Table 12 Compared with the IAO-v Wilcoxon signed-rank test.

Conclusions

This paper introduces a method for the coordinated optimization of task allocation and Hamiltonian path planning for multiple heterogeneous robots using an improved Artemisinin optimizer. While the traditional AO algorithm is designed for continuous optimization, the Multiple Heterogeneous Robot Task Allocation (MHRTA) problem presents a discrete combinatorial optimization challenge. To address this, we adopt a two-layer encoding scheme that links the encoding space with the solution space, specifically targeting multiple-robot task allocation and Hamiltonian routing. Moreover, to mitigate the risk of the conventional AO algorithm becoming trapped in local optima, we propose an enhanced version that integrates three key strategies: incorporating concepts from the slime mold algorithm to modify the position update method of artemisinin molecules during the comprehensive elimination phase, introducing a self-adaptive t-distribution to boost global search capabilities, and employing a variable neighborhood search strategy to improve local search performance in the later stages of optimization, thereby addressing the NP-hard nature of the MHRTA problem.

Experiments conducted using several CEC2014 functions along with 23 benchmark functions demonstrate that the IAO algorithm outperforms alternative methods in terms of both performance and consistency. Additionally, in studies involving eight heterogeneous robot inspection scenarios, evaluations against other metaheuristic algorithms and the CPLEX solver reveal that the IAO-v algorithm exhibits superior optimization capabilities and stability in addressing the MHRTA problem. Future research will focus on the following key areas:

(1)We further emphasize the practical application requirements of chemical industrial parks by considering the domino effects of initial accidents and quantifying risk values across different zones. To address these challenges, we develop multi-objective optimization models and corresponding algorithms designed to minimize losses arising from accidents in these facilities.

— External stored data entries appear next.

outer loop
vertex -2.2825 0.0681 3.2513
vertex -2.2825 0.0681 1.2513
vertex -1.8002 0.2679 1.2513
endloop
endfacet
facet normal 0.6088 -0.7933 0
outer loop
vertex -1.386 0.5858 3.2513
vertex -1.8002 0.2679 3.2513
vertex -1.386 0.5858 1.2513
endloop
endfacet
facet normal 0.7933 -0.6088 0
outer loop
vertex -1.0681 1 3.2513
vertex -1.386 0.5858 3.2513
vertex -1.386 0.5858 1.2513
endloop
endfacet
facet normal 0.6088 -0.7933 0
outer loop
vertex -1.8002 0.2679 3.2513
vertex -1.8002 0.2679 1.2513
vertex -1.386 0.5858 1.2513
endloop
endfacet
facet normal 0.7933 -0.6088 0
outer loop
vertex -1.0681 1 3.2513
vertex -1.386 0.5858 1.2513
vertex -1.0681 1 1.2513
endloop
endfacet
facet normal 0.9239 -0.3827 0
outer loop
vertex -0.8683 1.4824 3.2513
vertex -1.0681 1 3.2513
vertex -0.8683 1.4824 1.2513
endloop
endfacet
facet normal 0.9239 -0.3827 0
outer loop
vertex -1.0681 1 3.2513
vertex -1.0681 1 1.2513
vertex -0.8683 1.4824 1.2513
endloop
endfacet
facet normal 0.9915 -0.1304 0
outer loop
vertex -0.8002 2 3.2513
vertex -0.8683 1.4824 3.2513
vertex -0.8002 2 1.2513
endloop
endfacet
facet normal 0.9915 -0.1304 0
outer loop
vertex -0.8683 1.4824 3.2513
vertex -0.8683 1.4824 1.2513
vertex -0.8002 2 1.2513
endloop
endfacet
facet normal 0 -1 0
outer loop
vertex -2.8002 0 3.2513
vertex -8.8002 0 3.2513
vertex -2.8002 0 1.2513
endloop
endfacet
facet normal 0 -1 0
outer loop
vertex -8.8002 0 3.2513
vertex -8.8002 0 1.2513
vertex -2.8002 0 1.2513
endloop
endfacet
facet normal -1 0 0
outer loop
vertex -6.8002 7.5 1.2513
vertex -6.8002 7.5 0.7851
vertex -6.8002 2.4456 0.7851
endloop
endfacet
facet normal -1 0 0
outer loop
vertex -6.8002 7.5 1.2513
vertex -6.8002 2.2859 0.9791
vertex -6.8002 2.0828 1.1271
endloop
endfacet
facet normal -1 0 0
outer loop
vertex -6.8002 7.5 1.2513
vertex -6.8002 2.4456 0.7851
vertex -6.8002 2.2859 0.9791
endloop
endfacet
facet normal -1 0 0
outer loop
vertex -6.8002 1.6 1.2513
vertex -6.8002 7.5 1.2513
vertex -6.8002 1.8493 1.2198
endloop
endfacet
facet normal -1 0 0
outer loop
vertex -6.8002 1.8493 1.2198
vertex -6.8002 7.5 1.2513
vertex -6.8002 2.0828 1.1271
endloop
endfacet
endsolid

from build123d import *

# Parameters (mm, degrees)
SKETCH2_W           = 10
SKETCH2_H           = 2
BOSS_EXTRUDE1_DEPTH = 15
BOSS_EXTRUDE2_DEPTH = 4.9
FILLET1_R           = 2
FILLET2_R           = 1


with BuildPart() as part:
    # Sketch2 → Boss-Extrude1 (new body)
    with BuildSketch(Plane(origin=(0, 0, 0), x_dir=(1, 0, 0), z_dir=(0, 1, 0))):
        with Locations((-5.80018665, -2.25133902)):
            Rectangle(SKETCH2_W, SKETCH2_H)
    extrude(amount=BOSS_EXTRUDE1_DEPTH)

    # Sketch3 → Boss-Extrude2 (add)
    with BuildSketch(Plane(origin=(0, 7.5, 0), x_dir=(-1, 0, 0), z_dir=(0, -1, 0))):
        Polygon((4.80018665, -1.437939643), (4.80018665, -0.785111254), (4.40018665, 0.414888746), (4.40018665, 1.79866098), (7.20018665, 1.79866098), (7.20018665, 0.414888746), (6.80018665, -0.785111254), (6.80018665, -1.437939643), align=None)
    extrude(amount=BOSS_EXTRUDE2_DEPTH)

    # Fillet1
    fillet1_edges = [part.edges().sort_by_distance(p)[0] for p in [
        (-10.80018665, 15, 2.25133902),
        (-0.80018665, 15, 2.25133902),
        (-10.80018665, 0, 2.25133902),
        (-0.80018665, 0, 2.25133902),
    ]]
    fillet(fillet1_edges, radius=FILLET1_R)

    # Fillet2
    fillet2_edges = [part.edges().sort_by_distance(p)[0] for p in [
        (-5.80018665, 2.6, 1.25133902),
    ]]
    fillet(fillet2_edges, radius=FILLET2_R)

(2) Incorporating a variable neighborhood search strategy into the IAO algorithm enhances the accuracy in solving MHRTA problems; however, it also moderately increases the algorithm’s time complexity. Future research will focus on developing new algorithms that improve accuracy without incurring additional computational costs.

(3) This study does not capture dynamic production changes, particularly uncertainty factors such as the random arrival of inspection tasks and robot malfunctions. Future research will incorporate stochastic elements into the task assignment process to enhance responsiveness in dynamic settings.